### [TASK REQUIREMENTS]
Set out the listing word for word. End with the line that contains "#364=MANIFOLD_SOLID_BREP('',#363);".
══ INPUT ══
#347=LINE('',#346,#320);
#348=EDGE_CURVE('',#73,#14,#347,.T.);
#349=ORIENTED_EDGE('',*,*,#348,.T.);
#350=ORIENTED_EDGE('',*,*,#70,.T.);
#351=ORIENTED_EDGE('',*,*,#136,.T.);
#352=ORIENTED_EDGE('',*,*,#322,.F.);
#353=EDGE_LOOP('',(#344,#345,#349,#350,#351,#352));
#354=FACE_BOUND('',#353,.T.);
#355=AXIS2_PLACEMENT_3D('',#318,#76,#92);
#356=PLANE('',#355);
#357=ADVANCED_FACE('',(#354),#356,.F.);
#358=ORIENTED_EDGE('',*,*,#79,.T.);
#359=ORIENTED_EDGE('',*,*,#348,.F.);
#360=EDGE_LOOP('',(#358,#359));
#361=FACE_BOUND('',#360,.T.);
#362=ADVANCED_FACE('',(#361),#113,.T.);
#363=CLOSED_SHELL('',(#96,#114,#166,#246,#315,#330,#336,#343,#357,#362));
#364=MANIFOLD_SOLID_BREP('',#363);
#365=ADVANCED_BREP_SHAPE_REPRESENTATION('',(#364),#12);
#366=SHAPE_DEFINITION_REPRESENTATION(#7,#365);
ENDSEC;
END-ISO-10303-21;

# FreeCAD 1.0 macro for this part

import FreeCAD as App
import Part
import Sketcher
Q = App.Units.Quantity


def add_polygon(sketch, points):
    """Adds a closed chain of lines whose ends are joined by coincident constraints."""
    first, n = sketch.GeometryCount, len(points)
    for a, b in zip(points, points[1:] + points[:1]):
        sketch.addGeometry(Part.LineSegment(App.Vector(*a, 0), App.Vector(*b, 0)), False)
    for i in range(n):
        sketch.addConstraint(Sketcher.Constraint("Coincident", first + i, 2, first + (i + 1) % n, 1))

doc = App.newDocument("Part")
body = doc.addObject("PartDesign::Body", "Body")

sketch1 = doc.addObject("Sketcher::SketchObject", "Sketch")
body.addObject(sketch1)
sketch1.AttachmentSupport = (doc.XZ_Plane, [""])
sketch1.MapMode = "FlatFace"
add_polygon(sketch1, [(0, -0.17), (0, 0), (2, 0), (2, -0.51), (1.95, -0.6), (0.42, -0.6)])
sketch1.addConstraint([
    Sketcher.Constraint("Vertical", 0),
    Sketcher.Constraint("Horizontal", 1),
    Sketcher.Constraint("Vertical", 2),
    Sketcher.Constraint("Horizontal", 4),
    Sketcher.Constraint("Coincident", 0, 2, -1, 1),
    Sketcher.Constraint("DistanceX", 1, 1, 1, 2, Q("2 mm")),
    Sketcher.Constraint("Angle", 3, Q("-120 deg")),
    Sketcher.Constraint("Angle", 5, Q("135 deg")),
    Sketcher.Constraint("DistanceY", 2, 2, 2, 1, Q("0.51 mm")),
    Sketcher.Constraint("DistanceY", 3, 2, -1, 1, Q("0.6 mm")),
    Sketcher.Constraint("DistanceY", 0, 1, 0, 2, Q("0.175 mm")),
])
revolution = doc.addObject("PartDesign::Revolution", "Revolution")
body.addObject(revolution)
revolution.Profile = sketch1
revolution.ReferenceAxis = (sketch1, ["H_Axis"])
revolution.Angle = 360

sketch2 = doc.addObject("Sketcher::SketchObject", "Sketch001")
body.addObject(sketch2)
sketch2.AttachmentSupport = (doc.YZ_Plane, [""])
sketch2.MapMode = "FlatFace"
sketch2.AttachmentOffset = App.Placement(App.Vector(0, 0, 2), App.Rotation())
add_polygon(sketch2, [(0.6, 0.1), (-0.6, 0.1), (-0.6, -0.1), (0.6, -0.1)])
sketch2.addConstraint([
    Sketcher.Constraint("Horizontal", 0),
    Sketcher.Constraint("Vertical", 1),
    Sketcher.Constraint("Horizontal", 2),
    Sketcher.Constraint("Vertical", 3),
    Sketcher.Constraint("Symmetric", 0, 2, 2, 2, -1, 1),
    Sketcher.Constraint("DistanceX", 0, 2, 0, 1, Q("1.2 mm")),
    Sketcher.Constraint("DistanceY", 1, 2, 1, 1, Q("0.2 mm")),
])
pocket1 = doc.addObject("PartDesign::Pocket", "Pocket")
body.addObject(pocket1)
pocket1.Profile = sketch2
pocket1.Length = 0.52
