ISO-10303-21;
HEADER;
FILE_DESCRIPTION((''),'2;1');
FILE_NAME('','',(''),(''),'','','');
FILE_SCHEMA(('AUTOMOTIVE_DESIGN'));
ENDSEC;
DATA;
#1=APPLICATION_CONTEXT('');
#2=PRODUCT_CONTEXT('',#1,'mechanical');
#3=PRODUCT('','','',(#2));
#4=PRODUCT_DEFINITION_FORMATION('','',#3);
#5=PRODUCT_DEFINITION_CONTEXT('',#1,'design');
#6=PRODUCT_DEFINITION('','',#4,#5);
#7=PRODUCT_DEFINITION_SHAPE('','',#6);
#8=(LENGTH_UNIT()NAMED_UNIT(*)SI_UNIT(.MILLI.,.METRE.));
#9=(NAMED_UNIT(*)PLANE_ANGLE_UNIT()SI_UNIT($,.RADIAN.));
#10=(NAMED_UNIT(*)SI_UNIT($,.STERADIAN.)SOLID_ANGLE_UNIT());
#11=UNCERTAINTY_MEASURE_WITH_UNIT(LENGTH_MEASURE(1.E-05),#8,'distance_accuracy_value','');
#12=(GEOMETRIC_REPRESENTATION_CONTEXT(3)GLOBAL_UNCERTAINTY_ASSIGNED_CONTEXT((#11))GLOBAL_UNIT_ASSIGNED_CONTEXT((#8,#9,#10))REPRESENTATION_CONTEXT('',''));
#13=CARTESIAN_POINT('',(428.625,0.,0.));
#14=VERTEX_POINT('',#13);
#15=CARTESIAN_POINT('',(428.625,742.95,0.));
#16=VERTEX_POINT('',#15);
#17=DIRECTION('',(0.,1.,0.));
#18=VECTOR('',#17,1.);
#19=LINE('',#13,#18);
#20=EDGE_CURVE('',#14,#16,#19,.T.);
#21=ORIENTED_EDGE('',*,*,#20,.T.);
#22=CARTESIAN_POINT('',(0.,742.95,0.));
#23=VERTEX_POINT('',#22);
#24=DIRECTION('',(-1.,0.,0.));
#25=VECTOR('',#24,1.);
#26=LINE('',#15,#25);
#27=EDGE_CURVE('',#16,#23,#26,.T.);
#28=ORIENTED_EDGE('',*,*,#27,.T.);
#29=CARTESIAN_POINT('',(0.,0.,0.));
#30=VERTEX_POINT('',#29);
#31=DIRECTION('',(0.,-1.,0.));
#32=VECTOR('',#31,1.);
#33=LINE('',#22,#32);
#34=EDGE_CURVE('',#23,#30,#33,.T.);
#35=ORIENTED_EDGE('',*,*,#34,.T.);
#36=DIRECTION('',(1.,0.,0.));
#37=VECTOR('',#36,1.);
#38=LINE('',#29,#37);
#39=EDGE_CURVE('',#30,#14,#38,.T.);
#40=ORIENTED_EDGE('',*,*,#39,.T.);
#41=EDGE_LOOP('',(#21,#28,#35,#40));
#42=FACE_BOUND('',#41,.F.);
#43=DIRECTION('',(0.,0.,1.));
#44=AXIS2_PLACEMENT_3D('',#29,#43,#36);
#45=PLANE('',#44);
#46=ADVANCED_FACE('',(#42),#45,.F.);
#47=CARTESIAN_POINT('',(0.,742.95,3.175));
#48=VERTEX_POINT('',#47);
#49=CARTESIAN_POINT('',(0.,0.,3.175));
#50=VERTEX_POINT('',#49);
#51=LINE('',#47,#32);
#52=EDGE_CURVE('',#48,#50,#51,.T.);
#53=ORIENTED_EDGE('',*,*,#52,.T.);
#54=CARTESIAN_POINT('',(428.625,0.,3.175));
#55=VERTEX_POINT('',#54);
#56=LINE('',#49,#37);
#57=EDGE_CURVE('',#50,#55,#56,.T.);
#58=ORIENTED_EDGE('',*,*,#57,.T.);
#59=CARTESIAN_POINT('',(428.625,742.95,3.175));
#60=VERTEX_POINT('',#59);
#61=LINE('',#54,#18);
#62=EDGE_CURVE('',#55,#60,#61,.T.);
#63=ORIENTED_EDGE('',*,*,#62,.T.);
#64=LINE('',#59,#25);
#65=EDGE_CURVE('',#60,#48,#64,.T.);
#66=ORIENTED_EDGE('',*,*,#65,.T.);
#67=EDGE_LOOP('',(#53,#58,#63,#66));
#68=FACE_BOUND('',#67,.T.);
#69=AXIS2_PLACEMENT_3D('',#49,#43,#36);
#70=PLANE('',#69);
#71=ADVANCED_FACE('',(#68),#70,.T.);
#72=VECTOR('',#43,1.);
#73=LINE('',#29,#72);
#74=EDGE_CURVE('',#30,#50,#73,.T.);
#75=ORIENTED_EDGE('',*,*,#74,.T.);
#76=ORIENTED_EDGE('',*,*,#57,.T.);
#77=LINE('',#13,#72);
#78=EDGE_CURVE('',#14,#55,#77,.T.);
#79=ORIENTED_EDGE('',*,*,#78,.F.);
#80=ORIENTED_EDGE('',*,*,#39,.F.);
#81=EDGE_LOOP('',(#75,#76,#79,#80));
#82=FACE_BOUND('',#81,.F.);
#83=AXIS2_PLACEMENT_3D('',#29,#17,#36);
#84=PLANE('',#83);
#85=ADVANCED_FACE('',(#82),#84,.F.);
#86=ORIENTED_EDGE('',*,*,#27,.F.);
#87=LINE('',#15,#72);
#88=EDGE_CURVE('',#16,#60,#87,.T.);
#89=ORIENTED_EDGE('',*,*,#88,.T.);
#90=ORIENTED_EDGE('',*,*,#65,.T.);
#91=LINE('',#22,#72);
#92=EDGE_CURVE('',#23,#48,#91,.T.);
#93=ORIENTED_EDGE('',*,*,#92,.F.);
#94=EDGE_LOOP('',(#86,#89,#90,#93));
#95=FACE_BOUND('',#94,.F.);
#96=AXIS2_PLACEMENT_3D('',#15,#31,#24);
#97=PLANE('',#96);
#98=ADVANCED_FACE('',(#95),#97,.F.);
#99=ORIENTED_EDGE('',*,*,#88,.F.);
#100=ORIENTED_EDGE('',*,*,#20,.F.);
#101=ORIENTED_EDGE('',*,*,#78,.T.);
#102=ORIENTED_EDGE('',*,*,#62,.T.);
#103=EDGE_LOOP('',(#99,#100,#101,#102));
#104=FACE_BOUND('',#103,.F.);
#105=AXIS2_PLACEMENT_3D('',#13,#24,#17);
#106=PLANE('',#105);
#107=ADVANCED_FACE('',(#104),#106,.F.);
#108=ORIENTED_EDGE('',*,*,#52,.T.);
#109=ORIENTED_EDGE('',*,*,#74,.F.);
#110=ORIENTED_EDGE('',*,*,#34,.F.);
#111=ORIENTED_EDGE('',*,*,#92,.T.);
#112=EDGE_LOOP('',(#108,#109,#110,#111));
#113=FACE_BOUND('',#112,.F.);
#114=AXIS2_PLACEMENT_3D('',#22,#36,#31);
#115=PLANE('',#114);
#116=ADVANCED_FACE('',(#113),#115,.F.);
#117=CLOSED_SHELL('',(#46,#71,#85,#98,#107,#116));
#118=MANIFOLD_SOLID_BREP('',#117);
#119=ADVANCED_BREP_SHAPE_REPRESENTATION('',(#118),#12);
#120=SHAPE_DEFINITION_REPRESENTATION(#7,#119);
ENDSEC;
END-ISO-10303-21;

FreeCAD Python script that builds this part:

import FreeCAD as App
import Part
import Sketcher
Q = App.Units.Quantity


def add_polygon(sketch, points):
    """Adds a closed chain of lines whose ends are joined by coincident constraints."""
    first, n = sketch.GeometryCount, len(points)
    for a, b in zip(points, points[1:] + points[:1]):
        sketch.addGeometry(Part.LineSegment(App.Vector(*a, 0), App.Vector(*b, 0)), False)
    for i in range(n):
        sketch.addConstraint(Sketcher.Constraint("Coincident", first + i, 2, first + (i + 1) % n, 1))

doc = App.newDocument("Part")
body = doc.addObject("PartDesign::Body", "Body")

# Sketch on XY plane
sketch1 = body.newObject("Sketcher::SketchObject", "Sketch")
sketch1.AttachmentSupport = (doc.getObject("XY_Plane"), [""])
sketch1.MapMode = "FlatFace"
add_polygon(sketch1, [(0, 743), (0, 0), (429, 0), (429, 743)])  # lines 0-3
sketch1.addConstraint(Sketcher.Constraint("Vertical", 0))
sketch1.addConstraint(Sketcher.Constraint("Horizontal", 1))
sketch1.addConstraint(Sketcher.Constraint("Vertical", 2))
sketch1.addConstraint(Sketcher.Constraint("Horizontal", 3))
sketch1.addConstraint(Sketcher.Constraint("Coincident", 0, 2, -1, 1))
sketch1.addConstraint(Sketcher.Constraint("DistanceY", 0, 2, 0, 1, Q("29.25 in")))
sketch1.addConstraint(Sketcher.Constraint("DistanceX", 1, 1, 1, 2, Q("16.875 in")))
pad1 = body.newObject("PartDesign::Pad", "Pad")
pad1.Profile = sketch1
pad1.Length = Q("0.125 in")

doc.recompute()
═══
### [WRITTEN RESPONSE]
#347=LINE('',#346,#320);
#348=EDGE_CURVE('',#73,#14,#347,.T.);
#349=ORIENTED_EDGE('',*,*,#348,.T.);
#350=ORIENTED_EDGE('',*,*,#70,.T.);
#351=ORIENTED_EDGE('',*,*,#136,.T.);
#352=ORIENTED_EDGE('',*,*,#322,.F.);
#353=EDGE_LOOP('',(#344,#345,#349,#350,#351,#352));
#354=FACE_BOUND('',#353,.T.);
#355=AXIS2_PLACEMENT_3D('',#318,#76,#92);
#356=PLANE('',#355);
#357=ADVANCED_FACE('',(#354),#356,.F.);
#358=ORIENTED_EDGE('',*,*,#79,.T.);
#359=ORIENTED_EDGE('',*,*,#348,.F.);
#360=EDGE_LOOP('',(#358,#359));
#361=FACE_BOUND('',#360,.T.);
#362=ADVANCED_FACE('',(#361),#113,.T.);
#363=CLOSED_SHELL('',(#96,#114,#166,#246,#315,#330,#336,#343,#357,#362));
#364=MANIFOLD_SOLID_BREP('',#363);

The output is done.